WORK TO COMPLETE> Instruction for the data below: set down exactly the lines from the line with "f 88 106 107" to the line with "f 35 120 36", inclusive, and no others.

(RECORDS)

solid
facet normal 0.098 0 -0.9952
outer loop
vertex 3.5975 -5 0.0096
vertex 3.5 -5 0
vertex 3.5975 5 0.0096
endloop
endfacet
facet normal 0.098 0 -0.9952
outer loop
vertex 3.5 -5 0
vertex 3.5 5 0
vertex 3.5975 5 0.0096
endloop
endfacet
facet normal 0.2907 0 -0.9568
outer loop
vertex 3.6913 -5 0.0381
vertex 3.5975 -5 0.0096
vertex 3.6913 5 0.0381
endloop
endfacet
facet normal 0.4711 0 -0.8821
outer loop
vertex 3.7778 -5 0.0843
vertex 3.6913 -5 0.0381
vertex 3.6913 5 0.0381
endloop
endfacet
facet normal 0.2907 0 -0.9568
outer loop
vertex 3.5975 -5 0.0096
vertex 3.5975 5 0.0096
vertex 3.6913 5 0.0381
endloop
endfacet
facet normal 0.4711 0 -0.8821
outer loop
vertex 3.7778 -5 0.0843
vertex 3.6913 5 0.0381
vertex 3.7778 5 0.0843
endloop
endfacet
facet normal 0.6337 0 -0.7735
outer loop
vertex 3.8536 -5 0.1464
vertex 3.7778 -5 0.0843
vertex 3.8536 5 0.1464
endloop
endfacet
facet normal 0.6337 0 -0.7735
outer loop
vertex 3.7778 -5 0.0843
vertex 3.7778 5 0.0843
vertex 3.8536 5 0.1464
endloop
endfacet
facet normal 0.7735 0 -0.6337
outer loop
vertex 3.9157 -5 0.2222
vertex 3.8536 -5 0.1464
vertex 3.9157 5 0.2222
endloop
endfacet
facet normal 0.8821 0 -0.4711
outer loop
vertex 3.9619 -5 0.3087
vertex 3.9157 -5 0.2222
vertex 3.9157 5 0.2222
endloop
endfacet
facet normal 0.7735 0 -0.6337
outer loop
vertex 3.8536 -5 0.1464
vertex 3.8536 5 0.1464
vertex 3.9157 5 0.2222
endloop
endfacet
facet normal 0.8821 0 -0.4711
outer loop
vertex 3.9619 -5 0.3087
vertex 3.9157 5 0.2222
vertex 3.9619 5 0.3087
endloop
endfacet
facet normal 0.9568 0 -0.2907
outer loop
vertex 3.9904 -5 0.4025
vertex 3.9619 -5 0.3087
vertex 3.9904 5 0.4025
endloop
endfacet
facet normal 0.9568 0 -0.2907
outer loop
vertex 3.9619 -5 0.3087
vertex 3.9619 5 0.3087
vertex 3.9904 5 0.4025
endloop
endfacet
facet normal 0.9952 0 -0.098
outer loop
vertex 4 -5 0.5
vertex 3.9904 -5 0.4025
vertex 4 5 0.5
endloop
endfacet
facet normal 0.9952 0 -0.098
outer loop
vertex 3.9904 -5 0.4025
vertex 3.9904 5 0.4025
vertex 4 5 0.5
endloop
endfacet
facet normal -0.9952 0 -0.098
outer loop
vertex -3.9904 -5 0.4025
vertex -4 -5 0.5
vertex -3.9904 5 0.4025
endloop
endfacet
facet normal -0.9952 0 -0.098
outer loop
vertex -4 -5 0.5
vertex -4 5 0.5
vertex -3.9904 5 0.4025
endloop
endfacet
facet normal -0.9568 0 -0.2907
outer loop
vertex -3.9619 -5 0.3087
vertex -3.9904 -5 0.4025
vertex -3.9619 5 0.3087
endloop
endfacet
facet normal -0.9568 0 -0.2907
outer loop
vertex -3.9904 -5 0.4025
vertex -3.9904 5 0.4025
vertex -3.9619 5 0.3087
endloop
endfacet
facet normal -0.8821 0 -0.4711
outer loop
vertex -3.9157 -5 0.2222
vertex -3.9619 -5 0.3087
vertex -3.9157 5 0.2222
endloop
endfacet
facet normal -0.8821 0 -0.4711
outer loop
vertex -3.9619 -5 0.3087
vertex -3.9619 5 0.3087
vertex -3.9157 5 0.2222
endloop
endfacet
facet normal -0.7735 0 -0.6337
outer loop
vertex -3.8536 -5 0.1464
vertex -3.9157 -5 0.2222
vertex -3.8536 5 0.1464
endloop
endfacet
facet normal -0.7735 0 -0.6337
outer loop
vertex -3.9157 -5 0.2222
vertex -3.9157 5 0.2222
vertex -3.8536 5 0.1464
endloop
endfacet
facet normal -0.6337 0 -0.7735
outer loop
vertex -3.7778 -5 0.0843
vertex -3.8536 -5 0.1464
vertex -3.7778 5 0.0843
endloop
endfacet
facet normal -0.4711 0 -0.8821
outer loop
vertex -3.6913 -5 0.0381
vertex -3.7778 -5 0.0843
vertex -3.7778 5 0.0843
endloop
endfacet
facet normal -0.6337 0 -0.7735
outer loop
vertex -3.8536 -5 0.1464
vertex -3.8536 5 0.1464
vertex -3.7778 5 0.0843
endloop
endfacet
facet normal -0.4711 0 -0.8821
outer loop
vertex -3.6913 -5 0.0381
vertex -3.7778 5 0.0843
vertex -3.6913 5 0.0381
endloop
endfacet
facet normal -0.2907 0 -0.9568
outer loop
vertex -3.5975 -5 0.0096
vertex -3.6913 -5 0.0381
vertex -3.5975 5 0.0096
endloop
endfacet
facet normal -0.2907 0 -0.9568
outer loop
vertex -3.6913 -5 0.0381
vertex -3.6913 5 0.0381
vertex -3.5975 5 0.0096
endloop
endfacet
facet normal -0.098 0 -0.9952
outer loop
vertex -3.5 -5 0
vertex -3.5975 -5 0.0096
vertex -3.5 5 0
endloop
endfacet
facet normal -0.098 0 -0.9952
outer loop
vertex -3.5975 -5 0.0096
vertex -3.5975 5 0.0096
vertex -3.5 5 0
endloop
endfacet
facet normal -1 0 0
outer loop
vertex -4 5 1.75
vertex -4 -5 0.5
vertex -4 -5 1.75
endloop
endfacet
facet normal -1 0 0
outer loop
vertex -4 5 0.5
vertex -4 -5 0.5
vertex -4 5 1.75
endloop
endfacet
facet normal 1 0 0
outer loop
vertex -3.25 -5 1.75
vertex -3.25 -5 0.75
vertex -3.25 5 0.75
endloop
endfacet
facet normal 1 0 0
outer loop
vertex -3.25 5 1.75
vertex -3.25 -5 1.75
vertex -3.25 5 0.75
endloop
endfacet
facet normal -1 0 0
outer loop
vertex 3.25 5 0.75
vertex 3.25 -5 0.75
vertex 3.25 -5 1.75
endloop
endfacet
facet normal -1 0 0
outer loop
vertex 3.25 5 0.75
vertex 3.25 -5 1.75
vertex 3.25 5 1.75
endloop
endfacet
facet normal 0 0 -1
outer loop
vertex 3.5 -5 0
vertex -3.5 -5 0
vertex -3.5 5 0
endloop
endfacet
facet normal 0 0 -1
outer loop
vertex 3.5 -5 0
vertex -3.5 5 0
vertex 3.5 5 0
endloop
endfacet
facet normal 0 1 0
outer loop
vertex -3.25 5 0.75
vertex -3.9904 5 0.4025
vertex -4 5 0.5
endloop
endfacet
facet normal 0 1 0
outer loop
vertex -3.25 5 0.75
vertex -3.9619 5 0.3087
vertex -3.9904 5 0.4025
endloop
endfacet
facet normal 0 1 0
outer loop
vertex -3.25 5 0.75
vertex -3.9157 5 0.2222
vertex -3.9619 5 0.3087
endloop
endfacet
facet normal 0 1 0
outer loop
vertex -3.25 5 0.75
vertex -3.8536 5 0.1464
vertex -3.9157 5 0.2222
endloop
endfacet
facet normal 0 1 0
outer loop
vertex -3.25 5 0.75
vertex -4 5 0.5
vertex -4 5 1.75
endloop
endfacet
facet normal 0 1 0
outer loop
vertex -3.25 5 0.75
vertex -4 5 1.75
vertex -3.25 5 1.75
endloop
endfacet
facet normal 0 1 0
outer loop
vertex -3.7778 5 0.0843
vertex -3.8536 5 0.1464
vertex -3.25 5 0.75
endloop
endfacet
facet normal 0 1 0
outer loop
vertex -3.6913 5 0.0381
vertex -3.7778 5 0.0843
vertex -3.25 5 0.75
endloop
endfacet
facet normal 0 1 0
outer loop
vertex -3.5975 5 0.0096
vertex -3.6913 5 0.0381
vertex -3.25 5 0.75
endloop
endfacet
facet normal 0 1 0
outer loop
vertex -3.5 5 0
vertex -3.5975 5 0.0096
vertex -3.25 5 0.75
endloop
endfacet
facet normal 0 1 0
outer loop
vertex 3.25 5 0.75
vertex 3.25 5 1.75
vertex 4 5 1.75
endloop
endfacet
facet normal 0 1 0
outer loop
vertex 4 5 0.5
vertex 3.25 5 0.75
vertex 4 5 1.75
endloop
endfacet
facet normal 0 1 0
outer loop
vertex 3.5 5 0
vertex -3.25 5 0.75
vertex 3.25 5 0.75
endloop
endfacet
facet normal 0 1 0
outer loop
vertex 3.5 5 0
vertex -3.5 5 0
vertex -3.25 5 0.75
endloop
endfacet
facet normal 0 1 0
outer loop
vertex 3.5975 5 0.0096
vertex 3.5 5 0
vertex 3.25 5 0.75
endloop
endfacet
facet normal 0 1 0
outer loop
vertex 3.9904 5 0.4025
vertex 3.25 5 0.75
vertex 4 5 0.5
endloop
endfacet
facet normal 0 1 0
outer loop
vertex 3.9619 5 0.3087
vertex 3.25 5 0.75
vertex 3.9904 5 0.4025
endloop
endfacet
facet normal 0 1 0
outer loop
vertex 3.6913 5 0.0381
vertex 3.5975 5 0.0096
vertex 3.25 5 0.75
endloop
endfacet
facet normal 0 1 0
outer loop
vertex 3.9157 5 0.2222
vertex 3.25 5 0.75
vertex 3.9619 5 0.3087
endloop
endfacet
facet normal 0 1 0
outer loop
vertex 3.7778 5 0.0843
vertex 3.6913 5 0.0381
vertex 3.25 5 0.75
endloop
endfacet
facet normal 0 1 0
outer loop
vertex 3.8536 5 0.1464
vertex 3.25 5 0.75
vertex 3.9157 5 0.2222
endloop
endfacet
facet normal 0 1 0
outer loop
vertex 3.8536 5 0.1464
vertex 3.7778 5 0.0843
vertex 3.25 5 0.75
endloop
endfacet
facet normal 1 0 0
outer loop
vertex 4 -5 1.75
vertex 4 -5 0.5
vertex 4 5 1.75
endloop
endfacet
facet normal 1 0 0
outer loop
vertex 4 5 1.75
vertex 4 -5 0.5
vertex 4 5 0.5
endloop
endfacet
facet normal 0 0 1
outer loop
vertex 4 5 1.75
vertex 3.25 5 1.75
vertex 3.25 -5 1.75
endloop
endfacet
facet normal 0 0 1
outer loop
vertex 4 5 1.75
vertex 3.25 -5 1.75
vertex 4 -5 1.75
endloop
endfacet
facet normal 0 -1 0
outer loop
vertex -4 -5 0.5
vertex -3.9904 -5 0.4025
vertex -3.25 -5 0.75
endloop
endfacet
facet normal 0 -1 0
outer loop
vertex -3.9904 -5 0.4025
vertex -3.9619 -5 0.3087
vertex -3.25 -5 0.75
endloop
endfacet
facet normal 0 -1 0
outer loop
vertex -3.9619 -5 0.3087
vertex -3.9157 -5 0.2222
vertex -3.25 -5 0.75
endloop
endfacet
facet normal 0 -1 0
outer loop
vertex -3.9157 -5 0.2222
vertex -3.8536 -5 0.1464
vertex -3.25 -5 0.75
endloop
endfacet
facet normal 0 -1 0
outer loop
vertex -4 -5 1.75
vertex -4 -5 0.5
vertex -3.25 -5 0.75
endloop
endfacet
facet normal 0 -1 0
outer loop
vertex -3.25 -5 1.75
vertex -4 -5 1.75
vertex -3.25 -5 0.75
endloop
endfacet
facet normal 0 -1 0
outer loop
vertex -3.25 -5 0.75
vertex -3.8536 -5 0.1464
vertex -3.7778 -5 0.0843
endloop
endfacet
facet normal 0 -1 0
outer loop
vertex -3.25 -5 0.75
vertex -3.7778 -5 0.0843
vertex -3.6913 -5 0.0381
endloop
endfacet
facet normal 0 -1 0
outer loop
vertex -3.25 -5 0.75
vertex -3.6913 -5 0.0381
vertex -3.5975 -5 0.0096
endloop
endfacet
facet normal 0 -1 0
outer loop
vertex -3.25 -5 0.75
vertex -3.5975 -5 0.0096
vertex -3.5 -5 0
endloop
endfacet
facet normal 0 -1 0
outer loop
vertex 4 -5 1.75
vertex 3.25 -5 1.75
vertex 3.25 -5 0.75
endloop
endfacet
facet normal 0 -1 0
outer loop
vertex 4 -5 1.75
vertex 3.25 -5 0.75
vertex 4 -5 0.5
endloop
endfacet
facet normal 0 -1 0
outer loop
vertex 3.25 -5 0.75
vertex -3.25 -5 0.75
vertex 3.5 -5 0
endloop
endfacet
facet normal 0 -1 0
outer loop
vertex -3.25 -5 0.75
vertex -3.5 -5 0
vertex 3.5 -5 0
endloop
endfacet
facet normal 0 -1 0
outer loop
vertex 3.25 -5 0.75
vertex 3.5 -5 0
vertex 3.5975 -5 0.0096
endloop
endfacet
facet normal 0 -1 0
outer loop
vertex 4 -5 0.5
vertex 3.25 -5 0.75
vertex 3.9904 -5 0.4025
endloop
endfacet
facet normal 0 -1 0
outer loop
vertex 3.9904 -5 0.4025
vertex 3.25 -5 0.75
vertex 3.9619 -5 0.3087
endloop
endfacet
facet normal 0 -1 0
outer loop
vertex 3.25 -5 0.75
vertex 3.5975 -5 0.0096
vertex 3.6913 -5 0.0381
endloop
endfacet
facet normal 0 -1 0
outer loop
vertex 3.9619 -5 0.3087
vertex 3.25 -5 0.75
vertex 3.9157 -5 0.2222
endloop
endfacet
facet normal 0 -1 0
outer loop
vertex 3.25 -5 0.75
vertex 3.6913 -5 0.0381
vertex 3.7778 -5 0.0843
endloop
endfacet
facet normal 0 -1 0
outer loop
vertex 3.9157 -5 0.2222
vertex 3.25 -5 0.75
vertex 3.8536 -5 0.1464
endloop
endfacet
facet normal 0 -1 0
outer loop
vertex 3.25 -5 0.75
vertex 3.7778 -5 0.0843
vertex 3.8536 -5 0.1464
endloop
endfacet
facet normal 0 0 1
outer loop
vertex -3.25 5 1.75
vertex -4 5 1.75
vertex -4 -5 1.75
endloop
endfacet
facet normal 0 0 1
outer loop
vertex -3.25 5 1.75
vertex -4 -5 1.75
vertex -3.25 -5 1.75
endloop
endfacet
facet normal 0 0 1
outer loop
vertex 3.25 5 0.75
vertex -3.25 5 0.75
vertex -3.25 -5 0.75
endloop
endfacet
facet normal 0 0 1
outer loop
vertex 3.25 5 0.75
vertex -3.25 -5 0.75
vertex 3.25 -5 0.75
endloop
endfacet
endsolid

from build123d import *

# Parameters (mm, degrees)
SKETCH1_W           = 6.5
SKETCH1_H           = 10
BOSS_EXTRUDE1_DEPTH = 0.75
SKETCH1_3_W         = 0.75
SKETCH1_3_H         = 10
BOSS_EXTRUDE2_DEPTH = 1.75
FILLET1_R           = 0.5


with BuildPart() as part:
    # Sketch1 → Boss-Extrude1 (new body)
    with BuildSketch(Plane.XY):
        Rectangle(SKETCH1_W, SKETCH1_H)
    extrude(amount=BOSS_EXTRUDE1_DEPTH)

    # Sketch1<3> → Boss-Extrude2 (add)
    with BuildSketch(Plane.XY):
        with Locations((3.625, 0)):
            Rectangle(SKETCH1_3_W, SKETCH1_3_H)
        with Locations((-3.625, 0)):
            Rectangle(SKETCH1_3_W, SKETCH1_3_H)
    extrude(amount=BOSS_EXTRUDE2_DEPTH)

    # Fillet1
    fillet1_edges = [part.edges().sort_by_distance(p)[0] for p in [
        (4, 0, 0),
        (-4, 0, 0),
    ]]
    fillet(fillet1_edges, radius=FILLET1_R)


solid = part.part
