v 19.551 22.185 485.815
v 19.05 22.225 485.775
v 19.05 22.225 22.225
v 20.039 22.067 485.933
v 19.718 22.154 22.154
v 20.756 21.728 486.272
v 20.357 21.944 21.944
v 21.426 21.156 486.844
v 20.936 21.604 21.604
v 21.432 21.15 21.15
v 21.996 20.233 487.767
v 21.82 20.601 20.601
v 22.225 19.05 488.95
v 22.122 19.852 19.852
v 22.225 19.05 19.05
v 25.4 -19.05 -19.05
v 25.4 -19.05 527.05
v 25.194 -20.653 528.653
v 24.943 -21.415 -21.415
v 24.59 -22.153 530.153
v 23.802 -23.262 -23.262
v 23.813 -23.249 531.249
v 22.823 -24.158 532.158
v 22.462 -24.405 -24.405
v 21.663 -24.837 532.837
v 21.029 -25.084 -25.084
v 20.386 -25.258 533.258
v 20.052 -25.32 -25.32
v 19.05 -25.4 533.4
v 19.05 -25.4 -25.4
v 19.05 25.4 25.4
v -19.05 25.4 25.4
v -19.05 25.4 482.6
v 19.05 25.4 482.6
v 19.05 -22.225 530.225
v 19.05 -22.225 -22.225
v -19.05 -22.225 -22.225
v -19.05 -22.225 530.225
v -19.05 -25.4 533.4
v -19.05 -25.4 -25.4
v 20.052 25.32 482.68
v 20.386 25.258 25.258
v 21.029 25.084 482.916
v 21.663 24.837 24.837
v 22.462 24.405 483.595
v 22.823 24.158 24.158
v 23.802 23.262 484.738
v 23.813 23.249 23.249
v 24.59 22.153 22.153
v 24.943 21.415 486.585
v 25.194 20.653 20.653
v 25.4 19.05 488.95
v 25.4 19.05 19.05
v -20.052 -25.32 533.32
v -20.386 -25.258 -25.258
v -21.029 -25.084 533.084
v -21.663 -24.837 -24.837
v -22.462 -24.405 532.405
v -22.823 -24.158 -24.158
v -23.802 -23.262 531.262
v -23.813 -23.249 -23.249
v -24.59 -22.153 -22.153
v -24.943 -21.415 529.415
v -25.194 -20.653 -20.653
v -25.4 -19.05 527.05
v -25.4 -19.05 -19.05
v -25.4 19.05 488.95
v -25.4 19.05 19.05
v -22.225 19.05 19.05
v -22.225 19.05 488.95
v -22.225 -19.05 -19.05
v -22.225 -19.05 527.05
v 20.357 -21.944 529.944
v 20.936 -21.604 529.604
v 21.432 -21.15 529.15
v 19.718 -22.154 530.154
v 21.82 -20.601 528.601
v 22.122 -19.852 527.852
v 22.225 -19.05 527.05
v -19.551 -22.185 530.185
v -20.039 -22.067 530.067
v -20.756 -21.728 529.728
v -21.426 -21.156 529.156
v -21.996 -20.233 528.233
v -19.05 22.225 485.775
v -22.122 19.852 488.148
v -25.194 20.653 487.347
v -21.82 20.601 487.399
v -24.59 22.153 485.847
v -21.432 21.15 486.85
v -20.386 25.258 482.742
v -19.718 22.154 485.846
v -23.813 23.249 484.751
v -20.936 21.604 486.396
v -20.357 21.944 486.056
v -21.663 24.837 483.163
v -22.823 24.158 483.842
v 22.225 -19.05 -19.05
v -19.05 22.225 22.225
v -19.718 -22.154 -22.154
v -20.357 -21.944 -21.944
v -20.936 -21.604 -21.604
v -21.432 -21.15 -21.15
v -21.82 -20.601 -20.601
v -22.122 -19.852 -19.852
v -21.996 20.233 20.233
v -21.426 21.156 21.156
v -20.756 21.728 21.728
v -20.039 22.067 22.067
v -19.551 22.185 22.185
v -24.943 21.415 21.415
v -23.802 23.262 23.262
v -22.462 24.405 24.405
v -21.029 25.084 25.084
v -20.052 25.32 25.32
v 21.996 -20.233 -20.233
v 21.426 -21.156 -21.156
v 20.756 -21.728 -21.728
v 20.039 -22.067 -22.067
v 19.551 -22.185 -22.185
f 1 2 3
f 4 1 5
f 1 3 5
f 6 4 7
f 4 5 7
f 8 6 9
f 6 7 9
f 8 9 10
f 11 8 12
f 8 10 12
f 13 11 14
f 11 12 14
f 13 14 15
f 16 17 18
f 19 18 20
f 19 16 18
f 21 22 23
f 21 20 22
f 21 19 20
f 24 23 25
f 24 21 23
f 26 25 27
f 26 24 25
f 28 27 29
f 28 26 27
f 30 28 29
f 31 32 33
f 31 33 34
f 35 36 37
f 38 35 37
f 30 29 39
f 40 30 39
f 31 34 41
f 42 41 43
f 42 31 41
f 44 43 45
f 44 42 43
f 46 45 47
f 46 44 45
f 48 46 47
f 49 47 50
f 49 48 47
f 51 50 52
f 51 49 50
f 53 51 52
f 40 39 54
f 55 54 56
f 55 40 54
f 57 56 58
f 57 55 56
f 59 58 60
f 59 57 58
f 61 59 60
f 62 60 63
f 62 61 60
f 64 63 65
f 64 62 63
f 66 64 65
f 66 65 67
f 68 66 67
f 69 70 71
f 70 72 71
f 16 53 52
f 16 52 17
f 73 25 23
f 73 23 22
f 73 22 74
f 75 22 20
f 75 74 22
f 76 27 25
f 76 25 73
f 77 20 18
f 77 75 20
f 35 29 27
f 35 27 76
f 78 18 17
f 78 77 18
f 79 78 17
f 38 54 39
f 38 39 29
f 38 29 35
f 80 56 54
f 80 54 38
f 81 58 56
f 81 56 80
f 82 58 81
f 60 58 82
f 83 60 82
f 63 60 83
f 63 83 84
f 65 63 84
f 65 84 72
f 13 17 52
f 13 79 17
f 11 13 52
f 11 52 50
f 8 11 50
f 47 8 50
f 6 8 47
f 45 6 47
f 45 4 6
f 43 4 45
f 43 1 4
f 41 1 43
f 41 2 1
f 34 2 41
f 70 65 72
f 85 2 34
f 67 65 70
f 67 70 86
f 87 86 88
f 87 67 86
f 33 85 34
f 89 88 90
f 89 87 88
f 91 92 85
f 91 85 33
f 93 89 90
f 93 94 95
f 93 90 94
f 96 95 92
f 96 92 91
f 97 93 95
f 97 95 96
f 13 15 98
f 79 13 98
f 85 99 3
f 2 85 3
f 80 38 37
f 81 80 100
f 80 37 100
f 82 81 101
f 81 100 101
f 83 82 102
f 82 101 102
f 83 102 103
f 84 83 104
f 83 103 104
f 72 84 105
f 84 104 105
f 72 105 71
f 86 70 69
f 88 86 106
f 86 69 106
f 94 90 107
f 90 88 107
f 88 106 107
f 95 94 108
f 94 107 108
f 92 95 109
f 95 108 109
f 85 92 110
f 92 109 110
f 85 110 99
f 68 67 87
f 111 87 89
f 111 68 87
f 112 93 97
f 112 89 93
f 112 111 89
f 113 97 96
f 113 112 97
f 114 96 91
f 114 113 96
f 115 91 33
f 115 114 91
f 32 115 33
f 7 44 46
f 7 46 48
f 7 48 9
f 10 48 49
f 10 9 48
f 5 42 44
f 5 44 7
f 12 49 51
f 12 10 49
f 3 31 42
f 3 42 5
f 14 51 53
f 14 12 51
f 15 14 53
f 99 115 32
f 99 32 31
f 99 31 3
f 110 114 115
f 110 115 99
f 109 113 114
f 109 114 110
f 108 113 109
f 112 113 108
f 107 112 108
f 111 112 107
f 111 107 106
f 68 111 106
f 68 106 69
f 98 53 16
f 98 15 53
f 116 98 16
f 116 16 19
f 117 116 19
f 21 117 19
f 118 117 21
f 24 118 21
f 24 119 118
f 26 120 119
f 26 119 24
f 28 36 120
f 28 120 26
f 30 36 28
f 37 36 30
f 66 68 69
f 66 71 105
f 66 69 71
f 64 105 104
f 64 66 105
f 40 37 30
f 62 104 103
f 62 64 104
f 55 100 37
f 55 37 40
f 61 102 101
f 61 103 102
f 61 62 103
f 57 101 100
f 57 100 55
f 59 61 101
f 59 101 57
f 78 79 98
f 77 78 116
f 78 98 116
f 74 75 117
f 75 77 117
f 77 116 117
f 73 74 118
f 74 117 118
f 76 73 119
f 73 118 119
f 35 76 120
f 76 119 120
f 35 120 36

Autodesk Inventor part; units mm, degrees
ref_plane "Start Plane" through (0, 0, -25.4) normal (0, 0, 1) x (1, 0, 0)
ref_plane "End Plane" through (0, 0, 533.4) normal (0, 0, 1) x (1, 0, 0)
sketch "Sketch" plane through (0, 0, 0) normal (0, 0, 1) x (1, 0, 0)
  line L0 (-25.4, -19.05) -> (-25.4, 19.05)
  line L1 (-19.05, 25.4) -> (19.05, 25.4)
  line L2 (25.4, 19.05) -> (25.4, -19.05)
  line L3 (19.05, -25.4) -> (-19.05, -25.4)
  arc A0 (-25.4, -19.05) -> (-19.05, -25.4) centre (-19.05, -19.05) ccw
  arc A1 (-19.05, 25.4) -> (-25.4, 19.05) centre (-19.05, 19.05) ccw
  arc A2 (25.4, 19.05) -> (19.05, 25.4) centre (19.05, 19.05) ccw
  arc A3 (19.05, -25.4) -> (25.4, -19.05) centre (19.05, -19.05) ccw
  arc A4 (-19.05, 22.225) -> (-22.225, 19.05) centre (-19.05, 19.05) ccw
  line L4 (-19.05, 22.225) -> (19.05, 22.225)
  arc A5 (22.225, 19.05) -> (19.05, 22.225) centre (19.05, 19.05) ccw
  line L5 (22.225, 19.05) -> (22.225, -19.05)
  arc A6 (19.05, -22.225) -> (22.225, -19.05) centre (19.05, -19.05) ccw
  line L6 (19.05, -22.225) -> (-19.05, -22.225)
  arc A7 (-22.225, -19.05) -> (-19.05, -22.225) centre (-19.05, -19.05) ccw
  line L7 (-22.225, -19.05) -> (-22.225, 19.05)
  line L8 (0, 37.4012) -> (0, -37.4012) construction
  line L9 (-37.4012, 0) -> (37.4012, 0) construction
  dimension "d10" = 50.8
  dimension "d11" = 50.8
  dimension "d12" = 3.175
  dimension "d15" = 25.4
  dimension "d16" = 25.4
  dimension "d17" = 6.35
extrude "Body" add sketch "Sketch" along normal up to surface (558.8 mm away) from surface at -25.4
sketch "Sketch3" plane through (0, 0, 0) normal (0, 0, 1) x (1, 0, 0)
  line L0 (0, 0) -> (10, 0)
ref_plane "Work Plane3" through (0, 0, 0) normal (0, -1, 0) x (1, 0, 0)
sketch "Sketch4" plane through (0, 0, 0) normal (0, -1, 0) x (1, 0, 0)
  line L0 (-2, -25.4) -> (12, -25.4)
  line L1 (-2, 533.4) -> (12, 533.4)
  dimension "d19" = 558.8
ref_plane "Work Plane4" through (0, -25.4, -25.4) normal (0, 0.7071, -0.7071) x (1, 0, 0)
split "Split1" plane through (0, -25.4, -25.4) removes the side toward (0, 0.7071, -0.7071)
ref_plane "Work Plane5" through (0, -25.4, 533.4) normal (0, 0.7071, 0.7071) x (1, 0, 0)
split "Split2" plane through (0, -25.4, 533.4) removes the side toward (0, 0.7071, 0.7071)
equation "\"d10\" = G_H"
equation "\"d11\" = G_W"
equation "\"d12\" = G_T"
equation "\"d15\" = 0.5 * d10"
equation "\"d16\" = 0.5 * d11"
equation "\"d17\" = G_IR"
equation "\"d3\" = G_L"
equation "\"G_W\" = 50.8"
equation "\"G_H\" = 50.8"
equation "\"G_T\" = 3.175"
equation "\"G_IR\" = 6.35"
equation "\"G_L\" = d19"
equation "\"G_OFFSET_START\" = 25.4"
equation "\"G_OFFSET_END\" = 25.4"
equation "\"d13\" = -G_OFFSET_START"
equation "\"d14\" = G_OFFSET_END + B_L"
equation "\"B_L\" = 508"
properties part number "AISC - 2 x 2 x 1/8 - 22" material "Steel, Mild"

(End RECORDS)

ANSWER TO THIS TASK>
f 88 106 107
f 95 94 108
f 94 107 108
f 92 95 109
f 95 108 109
f 85 92 110
f 92 109 110
f 85 110 99
f 68 67 87
f 111 87 89
f 111 68 87
f 112 93 97
f 112 89 93
f 112 111 89
f 113 97 96
f 113 112 97
f 114 96 91
f 114 113 96
f 115 91 33
f 115 114 91
f 32 115 33
f 7 44 46
f 7 46 48
f 7 48 9
f 10 48 49
f 10 9 48
f 5 42 44
f 5 44 7
f 12 49 51
f 12 10 49
f 3 31 42
f 3 42 5
f 14 51 53
f 14 12 51
f 15 14 53
f 99 115 32
f 99 32 31
f 99 31 3
f 110 114 115
f 110 115 99
f 109 113 114
f 109 114 110
f 108 113 109
f 112 113 108
f 107 112 108
f 111 112 107
f 111 107 106
f 68 111 106
f 68 106 69
f 98 53 16
f 98 15 53
f 116 98 16
f 116 16 19
f 117 116 19
f 21 117 19
f 118 117 21
f 24 118 21
f 24 119 118
f 26 120 119
f 26 119 24
f 28 36 120
f 28 120 26
f 30 36 28
f 37 36 30
f 66 68 69
f 66 71 105
f 66 69 71
f 64 105 104
f 64 66 105
f 40 37 30
f 62 104 103
f 62 64 104
f 55 100 37
f 55 37 40
f 61 102 101
f 61 103 102
f 61 62 103
f 57 101 100
f 57 100 55
f 59 61 101
f 59 101 57
f 78 79 98
f 77 78 116
f 78 98 116
f 74 75 117
f 75 77 117
f 77 116 117
f 73 74 118
f 74 117 118
f 76 73 119
f 73 118 119
f 35 76 120
f 76 119 120
f 35 120 36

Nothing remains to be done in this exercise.